• What is expected
Whenever a line in the records below holds the string "sketch", include it in the count, and state the number alone.

[Stored items]
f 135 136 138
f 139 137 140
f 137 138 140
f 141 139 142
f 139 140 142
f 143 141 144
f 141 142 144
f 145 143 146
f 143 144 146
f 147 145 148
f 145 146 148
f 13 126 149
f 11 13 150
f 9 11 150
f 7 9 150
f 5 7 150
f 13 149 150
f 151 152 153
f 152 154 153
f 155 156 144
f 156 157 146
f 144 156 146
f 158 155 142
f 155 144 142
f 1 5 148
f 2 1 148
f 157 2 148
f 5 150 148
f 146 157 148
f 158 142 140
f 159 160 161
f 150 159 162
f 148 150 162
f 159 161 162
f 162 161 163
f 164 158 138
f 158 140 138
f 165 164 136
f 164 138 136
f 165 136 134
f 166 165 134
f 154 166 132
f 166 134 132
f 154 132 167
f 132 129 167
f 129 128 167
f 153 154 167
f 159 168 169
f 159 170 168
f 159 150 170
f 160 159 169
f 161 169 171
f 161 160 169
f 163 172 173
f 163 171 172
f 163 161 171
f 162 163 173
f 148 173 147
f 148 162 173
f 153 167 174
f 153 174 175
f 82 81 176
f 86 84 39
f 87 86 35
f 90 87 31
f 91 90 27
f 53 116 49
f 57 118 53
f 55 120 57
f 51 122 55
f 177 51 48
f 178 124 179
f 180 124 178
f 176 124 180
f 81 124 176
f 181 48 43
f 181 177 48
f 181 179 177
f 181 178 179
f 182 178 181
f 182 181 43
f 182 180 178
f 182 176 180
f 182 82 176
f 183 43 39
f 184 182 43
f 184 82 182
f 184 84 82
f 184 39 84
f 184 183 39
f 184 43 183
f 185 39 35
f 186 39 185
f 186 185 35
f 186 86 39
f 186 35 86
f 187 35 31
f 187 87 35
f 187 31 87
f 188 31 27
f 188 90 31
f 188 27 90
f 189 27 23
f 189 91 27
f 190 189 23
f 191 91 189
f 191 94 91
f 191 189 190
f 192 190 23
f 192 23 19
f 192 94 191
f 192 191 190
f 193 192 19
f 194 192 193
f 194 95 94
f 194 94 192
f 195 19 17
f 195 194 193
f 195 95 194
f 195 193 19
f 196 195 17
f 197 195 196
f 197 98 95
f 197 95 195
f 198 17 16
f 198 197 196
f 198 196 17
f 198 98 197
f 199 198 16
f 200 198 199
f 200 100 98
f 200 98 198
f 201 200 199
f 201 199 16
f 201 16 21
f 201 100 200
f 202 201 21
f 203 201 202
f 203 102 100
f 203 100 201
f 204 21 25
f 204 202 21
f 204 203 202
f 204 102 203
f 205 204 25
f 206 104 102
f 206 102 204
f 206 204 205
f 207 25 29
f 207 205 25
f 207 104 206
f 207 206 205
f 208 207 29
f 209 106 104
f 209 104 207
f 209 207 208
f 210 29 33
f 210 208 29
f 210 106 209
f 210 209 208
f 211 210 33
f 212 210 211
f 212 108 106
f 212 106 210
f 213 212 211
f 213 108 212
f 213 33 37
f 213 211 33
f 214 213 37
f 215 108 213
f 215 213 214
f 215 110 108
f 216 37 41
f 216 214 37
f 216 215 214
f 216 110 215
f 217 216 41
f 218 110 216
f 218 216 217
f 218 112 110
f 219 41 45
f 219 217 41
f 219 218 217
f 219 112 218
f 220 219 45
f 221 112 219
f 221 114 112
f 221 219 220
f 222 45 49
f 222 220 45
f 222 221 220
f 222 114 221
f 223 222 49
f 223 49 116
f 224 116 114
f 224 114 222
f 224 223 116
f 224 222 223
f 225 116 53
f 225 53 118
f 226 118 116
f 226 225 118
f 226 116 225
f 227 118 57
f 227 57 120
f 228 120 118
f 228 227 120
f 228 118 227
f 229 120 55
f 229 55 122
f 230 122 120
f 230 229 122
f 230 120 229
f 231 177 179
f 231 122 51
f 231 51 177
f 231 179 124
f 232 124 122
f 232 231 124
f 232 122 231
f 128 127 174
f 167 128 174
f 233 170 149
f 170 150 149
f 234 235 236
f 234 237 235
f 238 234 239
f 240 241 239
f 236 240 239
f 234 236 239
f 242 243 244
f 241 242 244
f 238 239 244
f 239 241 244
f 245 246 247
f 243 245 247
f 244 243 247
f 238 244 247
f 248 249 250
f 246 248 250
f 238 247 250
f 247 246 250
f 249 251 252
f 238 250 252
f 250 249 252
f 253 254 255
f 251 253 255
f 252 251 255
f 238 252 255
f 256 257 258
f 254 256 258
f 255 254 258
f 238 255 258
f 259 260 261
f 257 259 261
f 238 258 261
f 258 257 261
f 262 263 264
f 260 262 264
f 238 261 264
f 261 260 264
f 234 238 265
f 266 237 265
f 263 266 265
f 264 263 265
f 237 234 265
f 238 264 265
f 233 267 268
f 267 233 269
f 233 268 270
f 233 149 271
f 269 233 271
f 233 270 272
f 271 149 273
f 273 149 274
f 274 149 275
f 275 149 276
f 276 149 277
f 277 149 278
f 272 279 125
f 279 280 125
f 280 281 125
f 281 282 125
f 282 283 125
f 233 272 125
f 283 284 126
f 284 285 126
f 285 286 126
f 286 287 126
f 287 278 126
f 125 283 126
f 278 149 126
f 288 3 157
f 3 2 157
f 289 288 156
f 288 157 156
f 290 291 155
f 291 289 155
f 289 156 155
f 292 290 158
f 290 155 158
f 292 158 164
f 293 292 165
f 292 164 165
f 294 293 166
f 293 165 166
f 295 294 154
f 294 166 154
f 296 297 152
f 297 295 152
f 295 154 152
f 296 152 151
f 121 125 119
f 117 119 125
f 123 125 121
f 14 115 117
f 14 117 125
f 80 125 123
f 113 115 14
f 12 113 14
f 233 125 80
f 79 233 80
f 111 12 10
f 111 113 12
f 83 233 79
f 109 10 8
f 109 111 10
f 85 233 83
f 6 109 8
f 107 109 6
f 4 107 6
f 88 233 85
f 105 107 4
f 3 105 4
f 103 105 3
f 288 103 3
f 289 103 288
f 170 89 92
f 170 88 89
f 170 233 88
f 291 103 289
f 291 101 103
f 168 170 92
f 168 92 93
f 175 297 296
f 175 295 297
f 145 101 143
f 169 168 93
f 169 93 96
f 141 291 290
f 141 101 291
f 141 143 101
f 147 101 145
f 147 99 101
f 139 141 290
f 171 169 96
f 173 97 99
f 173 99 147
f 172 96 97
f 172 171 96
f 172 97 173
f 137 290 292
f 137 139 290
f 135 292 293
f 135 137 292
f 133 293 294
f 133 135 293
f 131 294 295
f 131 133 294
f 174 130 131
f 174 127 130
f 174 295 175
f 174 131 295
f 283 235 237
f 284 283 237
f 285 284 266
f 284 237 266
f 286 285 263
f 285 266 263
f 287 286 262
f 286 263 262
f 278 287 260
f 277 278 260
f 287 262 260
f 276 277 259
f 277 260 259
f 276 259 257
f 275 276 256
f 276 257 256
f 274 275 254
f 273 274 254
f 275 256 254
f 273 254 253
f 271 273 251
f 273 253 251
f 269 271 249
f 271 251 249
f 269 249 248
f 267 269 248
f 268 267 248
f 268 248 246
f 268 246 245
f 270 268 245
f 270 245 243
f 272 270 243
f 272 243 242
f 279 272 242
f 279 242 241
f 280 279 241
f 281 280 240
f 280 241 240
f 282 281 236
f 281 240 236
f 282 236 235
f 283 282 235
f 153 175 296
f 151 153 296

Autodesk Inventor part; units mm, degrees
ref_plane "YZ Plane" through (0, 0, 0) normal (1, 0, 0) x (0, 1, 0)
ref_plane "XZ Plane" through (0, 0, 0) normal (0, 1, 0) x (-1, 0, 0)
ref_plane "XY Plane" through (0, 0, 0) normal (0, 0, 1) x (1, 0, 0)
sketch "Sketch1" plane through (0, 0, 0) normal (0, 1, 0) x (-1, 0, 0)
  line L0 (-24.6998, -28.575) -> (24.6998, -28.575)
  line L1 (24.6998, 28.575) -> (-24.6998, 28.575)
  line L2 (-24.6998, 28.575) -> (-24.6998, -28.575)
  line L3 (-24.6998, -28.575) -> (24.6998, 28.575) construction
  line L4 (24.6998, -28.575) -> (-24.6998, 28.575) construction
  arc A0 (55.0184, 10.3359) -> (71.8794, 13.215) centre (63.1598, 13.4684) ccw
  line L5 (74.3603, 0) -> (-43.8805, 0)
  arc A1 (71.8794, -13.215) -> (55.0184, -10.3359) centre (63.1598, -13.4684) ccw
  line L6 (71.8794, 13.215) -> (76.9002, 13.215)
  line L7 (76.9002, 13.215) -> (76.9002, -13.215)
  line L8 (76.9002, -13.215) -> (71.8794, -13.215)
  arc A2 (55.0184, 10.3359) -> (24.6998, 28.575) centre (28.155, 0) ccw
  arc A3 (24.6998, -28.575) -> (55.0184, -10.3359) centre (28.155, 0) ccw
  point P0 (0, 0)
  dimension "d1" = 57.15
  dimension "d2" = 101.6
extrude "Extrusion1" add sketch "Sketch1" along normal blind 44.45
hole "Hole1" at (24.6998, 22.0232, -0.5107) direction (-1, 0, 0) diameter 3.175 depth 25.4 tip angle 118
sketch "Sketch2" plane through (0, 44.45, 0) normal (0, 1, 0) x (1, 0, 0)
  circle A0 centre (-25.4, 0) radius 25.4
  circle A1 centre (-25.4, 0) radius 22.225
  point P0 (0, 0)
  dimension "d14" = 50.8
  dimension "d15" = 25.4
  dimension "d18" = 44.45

• Expected answer
3